Am 19.04.10 18:04, schrieb Anna Mosler:

>> Wie lagert ihr "Überschüsse?

> Auf einem separaten Haufen. Im Idealfall habe ich drei Haufen auf einer
> runden Fläche: den gesiebten, den umgesetzten mit dem Material von
> vorigen Jahr (auf dem wächst dann ein Zierkürbis) und den, auf den
> laufend Material kommt.

So auch hier: den reifen Kompost, den ich heute gesiebt habe, dann den
vom letzten Jahr, der eben umgesetzt wurde, den frischen (das Silo ist
aber noch leer ;) ) sowie den aus dem Thermokomposter (auch jetzt gesiebt).

> Doch was meinst du mit "optimal verrottet"? Das wäre wohl so, dass man
> den Kompost gar nicht mehr zu sieben brauchte? Wenn du aber etwas
> gröberes Material, kleine Ästchen z.B., zur Belüftung mit auf den Haufen
> gibst, dann sind die nach 2 Jahren sind ganz weg.

Nein, die Ästchen meine ich nicht, die verwende ich weiter. Aber alles
andere ist wirklich feine, gut riechende Erde. Im Thermokomposter
dagegen ist die Erde faserig, teilweise wie schlecht verrotteter Stallmist.
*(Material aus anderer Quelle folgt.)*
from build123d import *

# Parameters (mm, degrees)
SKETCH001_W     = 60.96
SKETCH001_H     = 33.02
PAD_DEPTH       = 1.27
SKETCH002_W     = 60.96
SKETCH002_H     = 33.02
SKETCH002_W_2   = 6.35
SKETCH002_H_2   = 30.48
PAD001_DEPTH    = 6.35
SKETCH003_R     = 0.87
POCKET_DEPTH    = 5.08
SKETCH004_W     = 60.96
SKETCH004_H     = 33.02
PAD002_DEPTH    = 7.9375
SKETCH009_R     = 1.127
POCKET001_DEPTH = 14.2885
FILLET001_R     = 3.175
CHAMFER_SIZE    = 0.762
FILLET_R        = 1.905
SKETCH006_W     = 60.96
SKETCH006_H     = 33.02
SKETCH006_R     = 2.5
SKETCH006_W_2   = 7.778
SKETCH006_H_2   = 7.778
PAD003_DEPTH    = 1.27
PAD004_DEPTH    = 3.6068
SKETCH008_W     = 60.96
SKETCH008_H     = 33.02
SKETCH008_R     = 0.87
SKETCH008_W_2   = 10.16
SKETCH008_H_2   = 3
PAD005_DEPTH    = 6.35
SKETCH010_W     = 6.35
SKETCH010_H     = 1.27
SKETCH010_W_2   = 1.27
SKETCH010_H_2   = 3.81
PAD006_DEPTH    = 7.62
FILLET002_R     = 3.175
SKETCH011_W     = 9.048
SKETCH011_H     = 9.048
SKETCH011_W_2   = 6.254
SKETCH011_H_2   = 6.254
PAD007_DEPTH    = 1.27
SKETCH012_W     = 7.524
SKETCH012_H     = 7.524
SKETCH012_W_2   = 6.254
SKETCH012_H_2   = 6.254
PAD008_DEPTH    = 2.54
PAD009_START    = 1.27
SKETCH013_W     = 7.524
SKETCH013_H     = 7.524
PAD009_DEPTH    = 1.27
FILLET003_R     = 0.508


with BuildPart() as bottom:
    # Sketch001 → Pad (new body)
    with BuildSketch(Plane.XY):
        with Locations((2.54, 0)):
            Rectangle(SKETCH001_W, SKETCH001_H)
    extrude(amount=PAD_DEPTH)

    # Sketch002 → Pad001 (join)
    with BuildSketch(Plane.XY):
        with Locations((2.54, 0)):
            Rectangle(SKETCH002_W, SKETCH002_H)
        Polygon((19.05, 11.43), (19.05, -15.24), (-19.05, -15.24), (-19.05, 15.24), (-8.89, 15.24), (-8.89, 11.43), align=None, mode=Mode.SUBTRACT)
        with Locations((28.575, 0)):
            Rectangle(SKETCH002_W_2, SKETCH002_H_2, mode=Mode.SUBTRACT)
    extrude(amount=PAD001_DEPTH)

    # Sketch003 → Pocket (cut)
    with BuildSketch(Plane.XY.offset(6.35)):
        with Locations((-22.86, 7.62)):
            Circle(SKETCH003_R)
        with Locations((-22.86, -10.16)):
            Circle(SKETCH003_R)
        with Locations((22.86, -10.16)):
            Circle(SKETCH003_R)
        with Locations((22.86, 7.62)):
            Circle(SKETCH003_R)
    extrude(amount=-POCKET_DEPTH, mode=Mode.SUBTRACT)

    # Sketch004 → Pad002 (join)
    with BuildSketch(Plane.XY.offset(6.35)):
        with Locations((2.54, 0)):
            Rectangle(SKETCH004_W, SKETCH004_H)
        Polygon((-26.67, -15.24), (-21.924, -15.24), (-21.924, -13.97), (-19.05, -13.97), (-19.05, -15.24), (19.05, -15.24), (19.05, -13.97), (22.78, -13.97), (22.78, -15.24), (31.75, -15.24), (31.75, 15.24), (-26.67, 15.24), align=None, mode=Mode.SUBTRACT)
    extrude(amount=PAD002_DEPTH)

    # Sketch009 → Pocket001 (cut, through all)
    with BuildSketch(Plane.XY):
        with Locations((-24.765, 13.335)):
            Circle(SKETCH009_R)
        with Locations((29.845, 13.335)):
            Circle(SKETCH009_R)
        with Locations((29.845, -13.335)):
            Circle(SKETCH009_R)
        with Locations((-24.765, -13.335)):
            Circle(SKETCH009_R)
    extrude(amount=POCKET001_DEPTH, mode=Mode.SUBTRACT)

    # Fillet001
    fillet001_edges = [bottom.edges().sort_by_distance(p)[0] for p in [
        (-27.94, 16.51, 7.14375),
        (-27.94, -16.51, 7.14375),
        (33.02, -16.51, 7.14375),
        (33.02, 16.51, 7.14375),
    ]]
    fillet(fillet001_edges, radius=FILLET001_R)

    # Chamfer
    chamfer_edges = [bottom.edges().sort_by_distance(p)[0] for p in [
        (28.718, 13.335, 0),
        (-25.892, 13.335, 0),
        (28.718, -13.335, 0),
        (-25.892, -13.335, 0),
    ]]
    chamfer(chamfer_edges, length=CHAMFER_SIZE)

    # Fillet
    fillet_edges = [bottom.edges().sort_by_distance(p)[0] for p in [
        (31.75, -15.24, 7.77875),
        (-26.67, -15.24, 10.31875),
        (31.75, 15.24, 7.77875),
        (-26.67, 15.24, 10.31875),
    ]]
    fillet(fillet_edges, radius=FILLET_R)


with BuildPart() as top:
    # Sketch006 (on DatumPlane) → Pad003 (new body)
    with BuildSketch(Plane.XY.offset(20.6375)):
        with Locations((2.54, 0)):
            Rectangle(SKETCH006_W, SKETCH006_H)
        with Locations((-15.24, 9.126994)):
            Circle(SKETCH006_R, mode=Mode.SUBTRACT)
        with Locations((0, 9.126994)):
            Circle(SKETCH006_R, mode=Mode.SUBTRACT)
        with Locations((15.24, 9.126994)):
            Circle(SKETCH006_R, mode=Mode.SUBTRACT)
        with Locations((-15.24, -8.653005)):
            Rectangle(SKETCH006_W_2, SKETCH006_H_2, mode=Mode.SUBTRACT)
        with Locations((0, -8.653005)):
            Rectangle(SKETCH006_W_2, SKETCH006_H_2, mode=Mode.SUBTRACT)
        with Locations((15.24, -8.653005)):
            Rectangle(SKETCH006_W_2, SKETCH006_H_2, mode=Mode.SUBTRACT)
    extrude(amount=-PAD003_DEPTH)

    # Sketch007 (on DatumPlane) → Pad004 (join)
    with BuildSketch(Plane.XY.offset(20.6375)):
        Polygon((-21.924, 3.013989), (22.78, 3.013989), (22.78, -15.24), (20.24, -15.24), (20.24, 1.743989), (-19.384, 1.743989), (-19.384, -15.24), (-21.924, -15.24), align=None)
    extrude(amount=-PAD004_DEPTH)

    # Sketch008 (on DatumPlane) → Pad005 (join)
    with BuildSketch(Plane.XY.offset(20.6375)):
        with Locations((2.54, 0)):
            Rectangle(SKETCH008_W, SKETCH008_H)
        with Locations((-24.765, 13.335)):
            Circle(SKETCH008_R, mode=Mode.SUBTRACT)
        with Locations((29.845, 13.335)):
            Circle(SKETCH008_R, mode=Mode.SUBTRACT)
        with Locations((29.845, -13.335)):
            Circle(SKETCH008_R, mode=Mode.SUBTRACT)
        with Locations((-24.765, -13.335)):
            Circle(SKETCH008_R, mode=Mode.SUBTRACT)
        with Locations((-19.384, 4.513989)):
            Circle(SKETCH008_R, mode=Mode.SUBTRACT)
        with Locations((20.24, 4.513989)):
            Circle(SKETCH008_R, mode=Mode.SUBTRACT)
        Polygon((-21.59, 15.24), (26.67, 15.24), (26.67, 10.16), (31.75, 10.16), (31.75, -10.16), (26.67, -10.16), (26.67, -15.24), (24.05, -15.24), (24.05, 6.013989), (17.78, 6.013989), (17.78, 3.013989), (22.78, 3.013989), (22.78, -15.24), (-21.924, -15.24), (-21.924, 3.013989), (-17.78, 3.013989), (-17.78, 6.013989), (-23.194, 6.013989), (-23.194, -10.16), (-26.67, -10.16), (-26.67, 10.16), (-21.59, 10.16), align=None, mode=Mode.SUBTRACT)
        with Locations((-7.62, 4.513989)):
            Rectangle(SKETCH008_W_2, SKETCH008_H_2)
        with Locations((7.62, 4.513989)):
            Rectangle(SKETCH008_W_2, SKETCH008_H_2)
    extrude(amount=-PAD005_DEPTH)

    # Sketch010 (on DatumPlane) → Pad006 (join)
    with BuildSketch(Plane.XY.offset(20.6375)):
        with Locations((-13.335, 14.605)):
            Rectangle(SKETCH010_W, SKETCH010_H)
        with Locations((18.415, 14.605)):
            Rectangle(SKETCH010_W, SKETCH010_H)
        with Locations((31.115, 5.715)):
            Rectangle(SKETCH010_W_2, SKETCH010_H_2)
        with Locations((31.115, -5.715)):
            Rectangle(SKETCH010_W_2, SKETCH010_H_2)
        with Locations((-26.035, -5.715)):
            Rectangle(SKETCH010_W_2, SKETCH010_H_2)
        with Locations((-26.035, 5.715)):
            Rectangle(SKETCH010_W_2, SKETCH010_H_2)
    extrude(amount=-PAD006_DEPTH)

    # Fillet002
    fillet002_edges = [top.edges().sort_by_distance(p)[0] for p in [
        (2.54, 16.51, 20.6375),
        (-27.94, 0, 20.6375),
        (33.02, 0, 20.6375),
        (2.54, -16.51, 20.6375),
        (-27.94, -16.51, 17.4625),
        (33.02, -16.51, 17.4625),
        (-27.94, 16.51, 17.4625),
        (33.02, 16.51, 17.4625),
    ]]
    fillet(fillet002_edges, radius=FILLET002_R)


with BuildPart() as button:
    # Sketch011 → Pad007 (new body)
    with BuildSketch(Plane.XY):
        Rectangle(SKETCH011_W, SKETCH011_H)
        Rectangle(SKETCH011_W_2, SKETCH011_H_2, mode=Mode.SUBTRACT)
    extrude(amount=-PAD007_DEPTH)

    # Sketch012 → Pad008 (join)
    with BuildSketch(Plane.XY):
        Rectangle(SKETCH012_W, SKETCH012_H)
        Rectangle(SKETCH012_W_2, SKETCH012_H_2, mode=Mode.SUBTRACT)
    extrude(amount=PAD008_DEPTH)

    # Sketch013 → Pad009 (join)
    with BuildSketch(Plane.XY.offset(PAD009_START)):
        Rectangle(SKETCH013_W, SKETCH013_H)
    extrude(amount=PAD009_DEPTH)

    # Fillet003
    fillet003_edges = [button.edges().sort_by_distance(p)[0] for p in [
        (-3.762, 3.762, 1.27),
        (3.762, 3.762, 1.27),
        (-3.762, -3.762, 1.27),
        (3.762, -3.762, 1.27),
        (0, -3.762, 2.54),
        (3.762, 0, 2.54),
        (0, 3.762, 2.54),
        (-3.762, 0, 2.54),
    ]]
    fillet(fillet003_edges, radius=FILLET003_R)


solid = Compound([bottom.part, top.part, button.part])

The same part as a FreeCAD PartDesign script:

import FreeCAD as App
import Part
import Sketcher
from FreeCAD import Vector
Q = App.Units.Quantity


def edges_at(feature, points):
    """Names of the edges that pass closest to the given points."""
    edges = feature.Shape.Edges
    near = lambda p: min(range(len(edges)), key=lambda i: edges[i].distToShape(Part.Vertex(*p))[0])
    return sorted({f"Edge{near(p) + 1}" for p in points})


def add_polygon(sketch, points):
    """Adds a closed chain of lines whose ends are joined by coincident constraints."""
    first, n = sketch.GeometryCount, len(points)
    for a, b in zip(points, points[1:] + points[:1]):
        sketch.addGeometry(Part.LineSegment(App.Vector(*a, 0), App.Vector(*b, 0)), False)
    for i in range(n):
        sketch.addConstraint(Sketcher.Constraint("Coincident", first + i, 2, first + (i + 1) % n, 1))

doc = App.newDocument("Part")
params = doc.addObject("Spreadsheet::Sheet", "Params")
for row, (alias, value) in enumerate([
    ("sketch1_width", "2.4 in"),
    ("sketch1_height", "1.3 in"),
    ("pad1_length", "0.05 in"),
    ("sketch2_width", "2.4 in"),
    ("sketch2_width2", "1.1 in"),
    ("sketch2_width3", "1.5 in"),
    ("sketch2_height", "1.3 in"),
    ("sketch2_height2", "1.2 in"),
    ("pad2_length", "0.25 in"),
    ("pocket1_length", "0.2 in"),
    ("sketch4_width", "2.4 in"),
    ("sketch4_width2", "2.3 in"),
    ("sketch4_width3", "1.5 in"),
    ("sketch4_height", "1.3 in"),
    ("sketch4_height2", "1.2 in"),
    ("pad3_length", "0.3125 in"),
    ("fillet_radius", "0.125 in"),
    ("chamfer_size", "0.03 in"),
    ("fillet2_radius", "0.075 in"),
    ("sketch6_width", "2.4 in"),
    ("sketch6_height", "1.3 in"),
    ("pad4_length", "0.05 in"),
    ("sketch7_width", "0.1 in"),
    ("sketch7_width2", "1.76 in"),
    ("pad5_length", "0.142 in"),
    ("sketch8_width", "2.4 in"),
    ("sketch8_width2", "1.9 in"),
    ("sketch8_width3", "0.2 in"),
    ("sketch8_width4", "0.4 in"),
    ("sketch8_height", "1.3 in"),
    ("pad6_length", "0.25 in"),
    ("sketch9_width", "0.25 in"),
    ("sketch9_width2", "0.05 in"),
    ("sketch9_height", "0.15 in"),
    ("pad7_length", "0.3 in"),
    ("fillet3_radius", "0.125 in"),
    ("pad8_length", "0.05 in"),
    ("pad9_length", "0.1 in"),
    ("pad10_length", "0.05 in"),
    ("fillet4_radius", "0.02 in"),
], start=1):
    params.set(f"A{row}", alias)
    params.set(f"B{row}", "=" + value)
    params.setAlias(f"B{row}", alias)

body = doc.addObject("PartDesign::Body", "Body")

sketch1 = body.newObject("Sketcher::SketchObject", "Sketch")
sketch1.AttachmentSupport = (doc.getObject("XY_Plane"), [""])
sketch1.MapMode = "FlatFace"
add_polygon(sketch1, [(-27.94, 16.51), (-27.94, -16.51), (33.02, -16.51), (33.02, 16.51)])
sketch1.addConstraint([
    Sketcher.Constraint("Vertical", 0),
    Sketcher.Constraint("Horizontal", 1),
    Sketcher.Constraint("Vertical", 2),
    Sketcher.Constraint("Horizontal", 3),
    Sketcher.Constraint("DistanceX", 1, 1, 1, 2, Q("2.4 in")),
    Sketcher.Constraint("DistanceY", 0, 2, 0, 1, Q("1.3 in")),
    Sketcher.Constraint("DistanceX", 0, 2, -1, 1, Q("1.1 in")),
    Sketcher.Constraint("DistanceY", 0, 2, -1, 1, Q("0.65 in")),
])
sketch1.setExpression("Constraints[8]", "Params.sketch1_width")
sketch1.setExpression("Constraints[9]", "Params.sketch1_height")
pad1 = body.newObject("PartDesign::Pad", "Pad")
pad1.Profile = sketch1
pad1.setExpression("Length", "Params.pad1_length")

sketch2 = body.newObject("Sketcher::SketchObject", "Sketch001")
sketch2.AttachmentSupport = (doc.getObject("XY_Plane"), [""])
sketch2.MapMode = "FlatFace"
add_polygon(sketch2, [(-27.94, 16.51), (-27.94, -16.51), (33.02, -16.51), (33.02, 16.51)])
add_polygon(sketch2, [(-8.89, 11.43), (19.05, 11.43), (19.05, -15.24), (-19.05, -15.24), (-19.05, 15.24), (-8.89, 15.24)])
add_polygon(sketch2, [(31.75, -15.24), (25.4, -15.24), (25.4, 15.24), (31.75, 15.24)])
sketch2.addConstraint([
    Sketcher.Constraint("Vertical", 0),
    Sketcher.Constraint("Horizontal", 1),
    Sketcher.Constraint("Vertical", 2),
    Sketcher.Constraint("Horizontal", 3),
    Sketcher.Constraint("Horizontal", 4),
    Sketcher.Constraint("Vertical", 5),
    Sketcher.Constraint("Horizontal", 6),
    Sketcher.Constraint("Vertical", 7),
    Sketcher.Constraint("Horizontal", 8),
    Sketcher.Constraint("Vertical", 9),
    Sketcher.Constraint("Horizontal", 10),
    Sketcher.Constraint("Vertical", 11),
    Sketcher.Constraint("Horizontal", 12),
    Sketcher.Constraint("Vertical", 13),
    Sketcher.Constraint("Symmetric", 5, 2, 7, 2, -1, 1),
    Sketcher.Constraint("Horizontal", 6, 2, 10, 2),
    Sketcher.Constraint("Horizontal", 8, 2, 11, 2),
    Sketcher.Constraint("DistanceX", 1, 1, 1, 2, Q("2.4 in")),
    Sketcher.Constraint("DistanceX", 4, 1, 4, 2, Q("1.1 in")),
    Sketcher.Constraint("DistanceX", 6, 2, 6, 1, Q("1.5 in")),
    Sketcher.Constraint("DistanceY", 0, 2, 0, 1, Q("1.3 in")),
    Sketcher.Constraint("DistanceY", 7, 1, 7, 2, Q("1.2 in")),
    Sketcher.Constraint("DistanceX", -1, 1, 10, 2, Q("1 in")),
    Sketcher.Constraint("DistanceX", 10, 2, 10, 1, Q("0.25 in")),
    Sketcher.Constraint("DistanceY", 5, 2, 5, 1, Q("1.05 in")),
    Sketcher.Constraint("DistanceX", 0, 2, -1, 1, Q("1.1 in")),
    Sketcher.Constraint("DistanceY", 4, 2, 2, 2, Q("0.2 in")),
])
sketch2.setExpression("Constraints[31]", "Params.sketch2_width")
sketch2.setExpression("Constraints[32]", "Params.sketch2_width2")
sketch2.setExpression("Constraints[33]", "Params.sketch2_width3")
sketch2.setExpression("Constraints[34]", "Params.sketch2_height")
sketch2.setExpression("Constraints[35]", "Params.sketch2_height2")
pad2 = body.newObject("PartDesign::Pad", "Pad001")
pad2.Profile = sketch2
pad2.setExpression("Length", "Params.pad2_length")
Mir ging es darum, ob ich den Thermokomposter als Art Aufbewahrungsbox
für den gesiebten Kompost benutzen kann. Ich habe irgendwo gelesen,
dass, wenn der ungeschützt liegt, Regen den "auswaschen" könnte.

Gruß
Matten

Horst Felder

unread,
Apr 19, 2010, 4:14:22 PM4/19/10
to
Hallo Matthias!

Matthias Klodt <Matthi...@gmx.de> schrieb:


> Ich habe irgendwo gelesen, dass, wenn der ungeschützt liegt,
> Regen den "auswaschen" könnte.

Kompostschutzvlies?
http://www.pferdemistkompost.de/equihum/Kompostvlies_TOPTEX/kompostvlies_toptex.html

> Gruß
> Matten

--
Mit freundlichen Grüßen | GNU/Linux - damit ich auch
Horst Felder | morgen noch vernünftig
www.flohheim.de | arbeiten kann!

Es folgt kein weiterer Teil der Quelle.